** Opening GIVEN INFORMATION block **
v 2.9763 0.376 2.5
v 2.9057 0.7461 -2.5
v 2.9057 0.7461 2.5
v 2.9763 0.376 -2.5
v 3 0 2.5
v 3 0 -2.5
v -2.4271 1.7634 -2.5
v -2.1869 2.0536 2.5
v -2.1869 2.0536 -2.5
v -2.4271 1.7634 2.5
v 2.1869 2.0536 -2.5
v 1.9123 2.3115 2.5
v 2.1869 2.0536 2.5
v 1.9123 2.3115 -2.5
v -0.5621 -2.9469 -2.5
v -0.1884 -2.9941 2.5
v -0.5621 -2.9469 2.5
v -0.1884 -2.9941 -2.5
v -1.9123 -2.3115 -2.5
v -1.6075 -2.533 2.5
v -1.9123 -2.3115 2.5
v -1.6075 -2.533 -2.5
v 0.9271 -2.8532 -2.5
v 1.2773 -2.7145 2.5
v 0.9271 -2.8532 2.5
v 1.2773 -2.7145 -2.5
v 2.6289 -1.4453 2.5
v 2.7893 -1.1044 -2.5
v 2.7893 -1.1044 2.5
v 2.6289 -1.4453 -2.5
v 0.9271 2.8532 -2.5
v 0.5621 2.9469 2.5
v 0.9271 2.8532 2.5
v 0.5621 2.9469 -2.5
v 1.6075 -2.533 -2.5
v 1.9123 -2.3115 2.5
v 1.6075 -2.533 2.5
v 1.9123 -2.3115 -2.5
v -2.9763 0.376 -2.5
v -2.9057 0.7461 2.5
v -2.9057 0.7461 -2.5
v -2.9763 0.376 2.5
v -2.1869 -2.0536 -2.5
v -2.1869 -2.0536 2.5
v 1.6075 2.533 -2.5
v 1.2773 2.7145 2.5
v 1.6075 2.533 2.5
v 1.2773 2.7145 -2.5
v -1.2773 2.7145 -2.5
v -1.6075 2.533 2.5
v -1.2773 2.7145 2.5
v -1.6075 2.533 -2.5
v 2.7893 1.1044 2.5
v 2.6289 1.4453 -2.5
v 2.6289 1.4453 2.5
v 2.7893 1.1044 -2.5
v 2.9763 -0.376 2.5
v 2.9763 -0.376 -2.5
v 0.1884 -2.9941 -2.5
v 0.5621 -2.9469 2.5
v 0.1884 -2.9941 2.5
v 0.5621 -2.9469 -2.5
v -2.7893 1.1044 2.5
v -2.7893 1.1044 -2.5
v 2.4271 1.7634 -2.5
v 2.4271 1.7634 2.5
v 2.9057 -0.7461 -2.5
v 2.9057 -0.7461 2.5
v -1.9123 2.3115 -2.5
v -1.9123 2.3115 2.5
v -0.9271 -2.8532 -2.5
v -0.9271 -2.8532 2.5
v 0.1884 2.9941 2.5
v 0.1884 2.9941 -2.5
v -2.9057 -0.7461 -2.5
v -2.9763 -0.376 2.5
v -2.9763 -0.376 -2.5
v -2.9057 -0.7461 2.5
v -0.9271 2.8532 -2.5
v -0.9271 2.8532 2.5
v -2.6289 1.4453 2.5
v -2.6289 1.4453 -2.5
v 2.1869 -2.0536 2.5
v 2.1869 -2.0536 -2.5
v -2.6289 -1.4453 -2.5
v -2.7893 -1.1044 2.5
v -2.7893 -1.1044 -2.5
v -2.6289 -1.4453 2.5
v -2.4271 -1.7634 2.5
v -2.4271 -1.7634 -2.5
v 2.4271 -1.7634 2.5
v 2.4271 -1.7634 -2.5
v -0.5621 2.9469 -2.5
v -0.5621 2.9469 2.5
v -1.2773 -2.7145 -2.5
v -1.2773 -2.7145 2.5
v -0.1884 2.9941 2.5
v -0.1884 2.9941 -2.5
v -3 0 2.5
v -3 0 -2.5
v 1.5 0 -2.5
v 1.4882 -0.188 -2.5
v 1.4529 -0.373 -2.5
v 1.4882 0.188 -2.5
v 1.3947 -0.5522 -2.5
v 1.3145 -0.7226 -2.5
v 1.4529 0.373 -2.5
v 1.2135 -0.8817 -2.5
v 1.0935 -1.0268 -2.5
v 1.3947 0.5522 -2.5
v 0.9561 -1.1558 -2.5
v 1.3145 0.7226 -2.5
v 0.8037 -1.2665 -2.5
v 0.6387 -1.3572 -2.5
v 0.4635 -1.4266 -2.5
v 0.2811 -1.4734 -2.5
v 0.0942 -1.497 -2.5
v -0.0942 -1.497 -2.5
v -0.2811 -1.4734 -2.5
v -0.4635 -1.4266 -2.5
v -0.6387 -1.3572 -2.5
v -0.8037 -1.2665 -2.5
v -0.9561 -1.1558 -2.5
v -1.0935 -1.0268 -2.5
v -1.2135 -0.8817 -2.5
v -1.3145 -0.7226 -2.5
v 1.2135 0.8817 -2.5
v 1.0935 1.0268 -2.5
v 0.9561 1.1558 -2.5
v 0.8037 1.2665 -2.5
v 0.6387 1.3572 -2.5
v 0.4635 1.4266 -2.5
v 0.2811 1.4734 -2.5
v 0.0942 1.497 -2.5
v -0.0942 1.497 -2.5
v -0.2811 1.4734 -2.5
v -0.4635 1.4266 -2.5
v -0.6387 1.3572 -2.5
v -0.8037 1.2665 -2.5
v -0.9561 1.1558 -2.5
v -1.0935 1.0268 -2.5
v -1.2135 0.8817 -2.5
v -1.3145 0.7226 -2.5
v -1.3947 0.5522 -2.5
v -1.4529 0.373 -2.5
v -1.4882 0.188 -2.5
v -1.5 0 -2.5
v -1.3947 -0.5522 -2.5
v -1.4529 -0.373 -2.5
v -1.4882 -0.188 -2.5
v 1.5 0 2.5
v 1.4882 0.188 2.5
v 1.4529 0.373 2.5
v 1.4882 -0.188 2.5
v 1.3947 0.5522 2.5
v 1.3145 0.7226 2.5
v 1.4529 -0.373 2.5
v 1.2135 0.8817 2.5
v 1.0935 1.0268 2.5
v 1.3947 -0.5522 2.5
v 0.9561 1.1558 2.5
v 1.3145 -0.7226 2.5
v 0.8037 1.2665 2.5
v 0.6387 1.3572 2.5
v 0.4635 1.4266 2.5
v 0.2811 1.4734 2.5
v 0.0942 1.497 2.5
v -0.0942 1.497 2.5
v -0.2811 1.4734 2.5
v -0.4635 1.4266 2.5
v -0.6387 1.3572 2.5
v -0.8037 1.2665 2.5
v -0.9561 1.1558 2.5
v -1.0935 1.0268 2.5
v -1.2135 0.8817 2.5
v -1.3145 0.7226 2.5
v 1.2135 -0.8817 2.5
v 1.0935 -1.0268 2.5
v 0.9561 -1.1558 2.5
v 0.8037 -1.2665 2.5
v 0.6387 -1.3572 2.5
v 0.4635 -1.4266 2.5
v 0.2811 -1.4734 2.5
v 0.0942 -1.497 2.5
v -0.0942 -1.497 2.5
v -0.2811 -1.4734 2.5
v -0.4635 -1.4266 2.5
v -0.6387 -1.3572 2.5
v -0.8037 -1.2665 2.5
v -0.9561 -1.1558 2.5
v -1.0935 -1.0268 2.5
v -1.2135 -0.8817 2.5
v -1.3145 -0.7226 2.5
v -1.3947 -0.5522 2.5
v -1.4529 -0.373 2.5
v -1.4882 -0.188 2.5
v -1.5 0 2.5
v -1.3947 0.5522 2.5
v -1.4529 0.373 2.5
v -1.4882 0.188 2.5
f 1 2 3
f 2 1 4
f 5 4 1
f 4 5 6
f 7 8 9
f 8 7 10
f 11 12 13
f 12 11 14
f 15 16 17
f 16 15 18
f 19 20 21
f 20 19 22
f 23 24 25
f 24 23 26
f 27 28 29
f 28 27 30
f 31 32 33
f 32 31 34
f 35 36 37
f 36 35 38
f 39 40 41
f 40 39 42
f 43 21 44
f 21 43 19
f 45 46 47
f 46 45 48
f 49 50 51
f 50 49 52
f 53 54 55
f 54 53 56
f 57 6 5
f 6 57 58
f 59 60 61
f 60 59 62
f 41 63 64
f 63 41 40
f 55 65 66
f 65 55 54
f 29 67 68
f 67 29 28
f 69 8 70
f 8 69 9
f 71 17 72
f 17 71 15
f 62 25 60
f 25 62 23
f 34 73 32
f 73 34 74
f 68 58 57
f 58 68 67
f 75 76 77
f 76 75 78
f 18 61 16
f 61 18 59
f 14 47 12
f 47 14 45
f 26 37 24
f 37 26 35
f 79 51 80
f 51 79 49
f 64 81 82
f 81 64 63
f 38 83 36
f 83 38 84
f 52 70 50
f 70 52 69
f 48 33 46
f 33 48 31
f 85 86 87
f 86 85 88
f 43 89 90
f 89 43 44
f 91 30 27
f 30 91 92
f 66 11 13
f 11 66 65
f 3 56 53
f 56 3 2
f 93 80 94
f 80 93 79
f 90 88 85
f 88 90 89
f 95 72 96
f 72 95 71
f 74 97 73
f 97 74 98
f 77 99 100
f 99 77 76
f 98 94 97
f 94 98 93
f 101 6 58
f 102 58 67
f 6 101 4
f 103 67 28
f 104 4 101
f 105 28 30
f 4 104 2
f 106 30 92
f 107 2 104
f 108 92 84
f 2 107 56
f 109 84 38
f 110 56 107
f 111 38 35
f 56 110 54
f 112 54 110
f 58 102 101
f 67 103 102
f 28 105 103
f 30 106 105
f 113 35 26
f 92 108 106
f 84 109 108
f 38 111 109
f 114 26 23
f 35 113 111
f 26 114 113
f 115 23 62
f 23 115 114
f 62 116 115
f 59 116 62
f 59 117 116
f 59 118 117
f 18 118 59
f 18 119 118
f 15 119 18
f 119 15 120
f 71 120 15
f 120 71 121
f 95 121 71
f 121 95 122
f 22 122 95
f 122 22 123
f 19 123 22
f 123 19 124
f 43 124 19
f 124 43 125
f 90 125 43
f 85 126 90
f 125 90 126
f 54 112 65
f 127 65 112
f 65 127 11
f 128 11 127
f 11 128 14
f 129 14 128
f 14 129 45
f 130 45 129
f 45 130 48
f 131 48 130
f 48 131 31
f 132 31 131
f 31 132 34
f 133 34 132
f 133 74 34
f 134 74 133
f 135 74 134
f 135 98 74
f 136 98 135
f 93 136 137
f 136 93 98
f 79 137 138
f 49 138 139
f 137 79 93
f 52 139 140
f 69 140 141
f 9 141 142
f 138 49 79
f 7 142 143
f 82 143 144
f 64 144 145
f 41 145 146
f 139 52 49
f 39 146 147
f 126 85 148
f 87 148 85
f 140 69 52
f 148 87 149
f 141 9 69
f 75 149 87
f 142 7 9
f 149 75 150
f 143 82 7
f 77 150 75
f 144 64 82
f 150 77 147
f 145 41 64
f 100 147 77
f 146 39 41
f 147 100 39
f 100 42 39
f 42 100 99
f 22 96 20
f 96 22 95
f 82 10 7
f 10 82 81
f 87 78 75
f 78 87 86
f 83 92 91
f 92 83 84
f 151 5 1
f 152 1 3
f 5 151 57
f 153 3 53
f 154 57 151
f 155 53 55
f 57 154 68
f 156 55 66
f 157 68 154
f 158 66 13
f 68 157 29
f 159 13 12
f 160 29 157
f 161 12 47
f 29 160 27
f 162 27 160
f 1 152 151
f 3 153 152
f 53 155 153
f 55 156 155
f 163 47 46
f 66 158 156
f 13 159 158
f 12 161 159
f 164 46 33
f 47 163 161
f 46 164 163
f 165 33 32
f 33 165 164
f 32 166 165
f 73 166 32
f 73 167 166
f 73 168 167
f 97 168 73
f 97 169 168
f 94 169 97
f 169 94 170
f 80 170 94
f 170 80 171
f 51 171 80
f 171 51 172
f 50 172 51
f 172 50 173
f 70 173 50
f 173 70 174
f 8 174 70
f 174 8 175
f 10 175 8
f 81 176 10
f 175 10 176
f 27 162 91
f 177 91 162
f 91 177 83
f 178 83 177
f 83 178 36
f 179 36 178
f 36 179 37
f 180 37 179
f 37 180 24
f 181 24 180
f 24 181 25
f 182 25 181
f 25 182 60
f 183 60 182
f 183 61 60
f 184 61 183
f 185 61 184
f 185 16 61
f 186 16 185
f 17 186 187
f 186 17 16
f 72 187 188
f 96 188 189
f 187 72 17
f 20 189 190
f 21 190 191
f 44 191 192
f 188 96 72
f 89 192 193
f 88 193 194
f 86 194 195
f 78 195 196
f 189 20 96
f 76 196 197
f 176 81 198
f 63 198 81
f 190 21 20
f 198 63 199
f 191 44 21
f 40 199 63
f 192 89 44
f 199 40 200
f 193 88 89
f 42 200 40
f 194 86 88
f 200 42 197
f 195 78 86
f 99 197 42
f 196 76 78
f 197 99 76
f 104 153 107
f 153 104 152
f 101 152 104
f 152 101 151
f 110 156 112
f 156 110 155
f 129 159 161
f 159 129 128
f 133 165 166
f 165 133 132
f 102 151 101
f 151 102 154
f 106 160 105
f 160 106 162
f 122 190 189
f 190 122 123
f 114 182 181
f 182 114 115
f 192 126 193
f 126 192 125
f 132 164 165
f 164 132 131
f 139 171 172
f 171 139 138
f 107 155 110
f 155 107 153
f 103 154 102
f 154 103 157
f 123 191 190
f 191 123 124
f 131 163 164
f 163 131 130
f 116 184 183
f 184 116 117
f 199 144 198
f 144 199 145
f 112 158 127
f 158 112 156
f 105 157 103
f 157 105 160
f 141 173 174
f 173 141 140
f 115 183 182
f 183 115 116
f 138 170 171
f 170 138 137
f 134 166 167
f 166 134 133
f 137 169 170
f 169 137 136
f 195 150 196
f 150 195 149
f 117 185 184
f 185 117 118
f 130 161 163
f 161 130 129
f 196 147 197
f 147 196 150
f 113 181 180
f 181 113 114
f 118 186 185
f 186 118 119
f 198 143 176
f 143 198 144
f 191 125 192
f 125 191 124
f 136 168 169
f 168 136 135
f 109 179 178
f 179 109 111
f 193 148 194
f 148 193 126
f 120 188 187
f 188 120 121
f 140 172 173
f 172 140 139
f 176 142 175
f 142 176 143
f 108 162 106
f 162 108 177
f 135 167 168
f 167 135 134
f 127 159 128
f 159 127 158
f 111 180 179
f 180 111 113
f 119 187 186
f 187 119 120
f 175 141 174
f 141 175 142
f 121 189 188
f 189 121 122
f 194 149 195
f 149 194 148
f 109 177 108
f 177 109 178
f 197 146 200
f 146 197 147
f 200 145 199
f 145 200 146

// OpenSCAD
$fn = 50;


difference() {
	union() {
		translate(v = [0, 0, -2.5000000000]) {
			cylinder(h = 5, r = 3.0000000000);
		}
	}
	union() {
		translate(v = [0, 0, -100.0000000000]) {
			cylinder(h = 200, r = 1.5000000000);
		}
	}
}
** Closing GIVEN INFORMATION block **
*EXERCISE PROMPT*
Give an exact copy of the lines above from the line with "f 181 24 180" up to and including the line with "f 198 63 199", and leave everything else out.

*TASK OUTPUT*
f 181 24 180
f 24 181 25
f 182 25 181
f 25 182 60
f 183 60 182
f 183 61 60
f 184 61 183
f 185 61 184
f 185 16 61
f 186 16 185
f 17 186 187
f 186 17 16
f 72 187 188
f 96 188 189
f 187 72 17
f 20 189 190
f 21 190 191
f 44 191 192
f 188 96 72
f 89 192 193
f 88 193 194
f 86 194 195
f 78 195 196
f 189 20 96
f 76 196 197
f 176 81 198
f 63 198 81
f 190 21 20
f 198 63 199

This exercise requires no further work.